[Collected data]
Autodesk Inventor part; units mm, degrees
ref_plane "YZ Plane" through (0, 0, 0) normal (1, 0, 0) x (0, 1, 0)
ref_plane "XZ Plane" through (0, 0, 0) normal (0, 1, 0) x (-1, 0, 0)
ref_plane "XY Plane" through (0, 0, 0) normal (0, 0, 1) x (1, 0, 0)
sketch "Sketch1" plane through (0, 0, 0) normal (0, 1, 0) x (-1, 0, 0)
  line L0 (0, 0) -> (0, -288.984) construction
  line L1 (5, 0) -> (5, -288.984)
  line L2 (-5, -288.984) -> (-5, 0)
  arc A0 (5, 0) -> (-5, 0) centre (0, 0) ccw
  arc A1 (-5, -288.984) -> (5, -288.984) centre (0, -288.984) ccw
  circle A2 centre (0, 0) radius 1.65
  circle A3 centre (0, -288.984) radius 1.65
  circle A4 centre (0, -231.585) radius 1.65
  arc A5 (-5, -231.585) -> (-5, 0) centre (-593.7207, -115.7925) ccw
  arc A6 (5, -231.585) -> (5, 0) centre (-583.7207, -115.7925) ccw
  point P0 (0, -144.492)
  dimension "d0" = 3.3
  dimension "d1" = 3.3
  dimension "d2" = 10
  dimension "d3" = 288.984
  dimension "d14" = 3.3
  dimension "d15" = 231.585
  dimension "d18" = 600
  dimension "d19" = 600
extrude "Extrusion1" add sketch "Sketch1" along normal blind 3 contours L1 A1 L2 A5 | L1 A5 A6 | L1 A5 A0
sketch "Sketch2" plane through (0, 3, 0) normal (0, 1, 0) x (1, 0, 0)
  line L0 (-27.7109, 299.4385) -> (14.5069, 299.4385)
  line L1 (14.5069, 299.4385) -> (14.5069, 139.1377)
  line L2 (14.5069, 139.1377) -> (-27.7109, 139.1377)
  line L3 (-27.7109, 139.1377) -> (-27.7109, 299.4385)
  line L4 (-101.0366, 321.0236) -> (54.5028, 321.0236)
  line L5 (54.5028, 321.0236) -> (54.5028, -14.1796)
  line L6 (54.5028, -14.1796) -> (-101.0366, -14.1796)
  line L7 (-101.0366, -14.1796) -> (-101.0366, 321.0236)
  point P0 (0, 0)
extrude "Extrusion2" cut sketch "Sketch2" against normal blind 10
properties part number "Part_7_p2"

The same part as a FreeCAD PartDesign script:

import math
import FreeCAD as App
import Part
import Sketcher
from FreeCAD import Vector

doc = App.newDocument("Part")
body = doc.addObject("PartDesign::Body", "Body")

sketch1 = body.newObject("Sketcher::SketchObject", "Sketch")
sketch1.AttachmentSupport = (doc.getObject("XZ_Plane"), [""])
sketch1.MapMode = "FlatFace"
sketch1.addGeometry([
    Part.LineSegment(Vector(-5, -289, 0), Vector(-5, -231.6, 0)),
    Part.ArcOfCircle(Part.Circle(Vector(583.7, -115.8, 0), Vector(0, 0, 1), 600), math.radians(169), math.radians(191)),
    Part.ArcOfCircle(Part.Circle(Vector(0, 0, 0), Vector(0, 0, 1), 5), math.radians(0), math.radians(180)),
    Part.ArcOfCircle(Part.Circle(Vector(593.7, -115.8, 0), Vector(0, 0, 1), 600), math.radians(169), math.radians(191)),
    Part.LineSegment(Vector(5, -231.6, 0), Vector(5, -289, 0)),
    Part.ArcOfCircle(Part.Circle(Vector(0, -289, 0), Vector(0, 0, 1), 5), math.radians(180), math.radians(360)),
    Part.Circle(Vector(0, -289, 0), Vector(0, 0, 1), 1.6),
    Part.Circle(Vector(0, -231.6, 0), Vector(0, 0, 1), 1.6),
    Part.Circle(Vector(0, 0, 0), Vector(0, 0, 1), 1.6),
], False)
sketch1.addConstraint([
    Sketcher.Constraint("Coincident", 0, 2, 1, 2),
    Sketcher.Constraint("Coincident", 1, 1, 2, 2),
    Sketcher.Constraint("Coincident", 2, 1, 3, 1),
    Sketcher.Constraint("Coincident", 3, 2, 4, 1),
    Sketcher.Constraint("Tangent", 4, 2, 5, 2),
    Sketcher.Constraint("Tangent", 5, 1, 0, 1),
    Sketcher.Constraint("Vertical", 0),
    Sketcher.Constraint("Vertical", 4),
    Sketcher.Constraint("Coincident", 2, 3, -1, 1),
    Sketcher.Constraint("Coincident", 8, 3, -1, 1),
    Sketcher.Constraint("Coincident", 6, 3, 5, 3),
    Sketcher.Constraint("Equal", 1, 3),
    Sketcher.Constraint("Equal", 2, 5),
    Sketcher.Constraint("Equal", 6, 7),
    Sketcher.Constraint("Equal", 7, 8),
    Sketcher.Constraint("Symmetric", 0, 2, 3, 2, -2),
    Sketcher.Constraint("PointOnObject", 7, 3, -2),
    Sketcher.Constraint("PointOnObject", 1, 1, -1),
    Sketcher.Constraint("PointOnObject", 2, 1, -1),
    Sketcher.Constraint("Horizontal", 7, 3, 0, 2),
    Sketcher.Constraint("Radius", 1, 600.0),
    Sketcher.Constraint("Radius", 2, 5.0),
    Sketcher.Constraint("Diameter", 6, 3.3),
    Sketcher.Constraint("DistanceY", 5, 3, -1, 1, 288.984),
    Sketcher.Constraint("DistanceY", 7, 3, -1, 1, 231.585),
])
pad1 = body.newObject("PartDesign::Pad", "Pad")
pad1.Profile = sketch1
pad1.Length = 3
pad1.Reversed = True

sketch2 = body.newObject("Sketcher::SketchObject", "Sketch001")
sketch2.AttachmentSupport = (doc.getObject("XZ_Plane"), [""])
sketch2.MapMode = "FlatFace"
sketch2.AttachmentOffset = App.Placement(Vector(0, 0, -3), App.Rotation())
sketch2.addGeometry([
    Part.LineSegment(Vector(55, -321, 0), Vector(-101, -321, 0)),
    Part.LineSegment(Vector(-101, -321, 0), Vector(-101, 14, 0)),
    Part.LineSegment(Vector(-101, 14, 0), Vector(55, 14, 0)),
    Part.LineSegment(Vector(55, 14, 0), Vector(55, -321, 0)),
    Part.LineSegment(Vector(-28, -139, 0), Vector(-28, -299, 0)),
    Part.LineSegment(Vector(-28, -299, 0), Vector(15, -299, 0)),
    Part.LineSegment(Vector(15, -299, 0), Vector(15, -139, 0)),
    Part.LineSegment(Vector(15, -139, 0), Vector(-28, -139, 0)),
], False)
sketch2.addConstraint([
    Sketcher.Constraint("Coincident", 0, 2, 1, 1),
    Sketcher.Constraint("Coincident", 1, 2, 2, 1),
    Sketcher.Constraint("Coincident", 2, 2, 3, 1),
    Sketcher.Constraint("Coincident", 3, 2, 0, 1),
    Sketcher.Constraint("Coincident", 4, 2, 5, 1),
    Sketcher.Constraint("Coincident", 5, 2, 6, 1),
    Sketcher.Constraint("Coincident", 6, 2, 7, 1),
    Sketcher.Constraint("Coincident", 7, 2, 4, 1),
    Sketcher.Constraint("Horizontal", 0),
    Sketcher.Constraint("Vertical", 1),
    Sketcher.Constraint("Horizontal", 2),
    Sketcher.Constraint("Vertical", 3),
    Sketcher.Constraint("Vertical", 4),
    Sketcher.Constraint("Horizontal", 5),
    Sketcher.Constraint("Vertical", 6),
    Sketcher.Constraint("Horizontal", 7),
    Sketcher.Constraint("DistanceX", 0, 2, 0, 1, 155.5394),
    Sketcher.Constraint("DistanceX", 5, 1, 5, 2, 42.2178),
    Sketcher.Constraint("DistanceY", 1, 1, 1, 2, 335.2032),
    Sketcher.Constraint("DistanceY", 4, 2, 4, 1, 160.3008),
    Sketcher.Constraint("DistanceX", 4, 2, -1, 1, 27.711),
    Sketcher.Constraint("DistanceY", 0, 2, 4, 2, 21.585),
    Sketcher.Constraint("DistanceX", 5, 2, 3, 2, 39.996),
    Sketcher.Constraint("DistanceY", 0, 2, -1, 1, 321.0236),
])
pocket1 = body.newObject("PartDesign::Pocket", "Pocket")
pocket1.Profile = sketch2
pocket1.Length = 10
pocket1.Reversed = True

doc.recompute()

EXERCISE DESCRIPTION =>
The required output is every line above from the one with "line L3 (-27.7109, 139.1377)" down to the one with "line L6 (54.5028, -14.1796)", restated word for word, ends included.

PROBLEM SOLUTION =>
  line L3 (-27.7109, 139.1377) -> (-27.7109, 299.4385)
  line L4 (-101.0366, 321.0236) -> (54.5028, 321.0236)
  line L5 (54.5028, 321.0236) -> (54.5028, -14.1796)
  line L6 (54.5028, -14.1796) -> (-101.0366, -14.1796)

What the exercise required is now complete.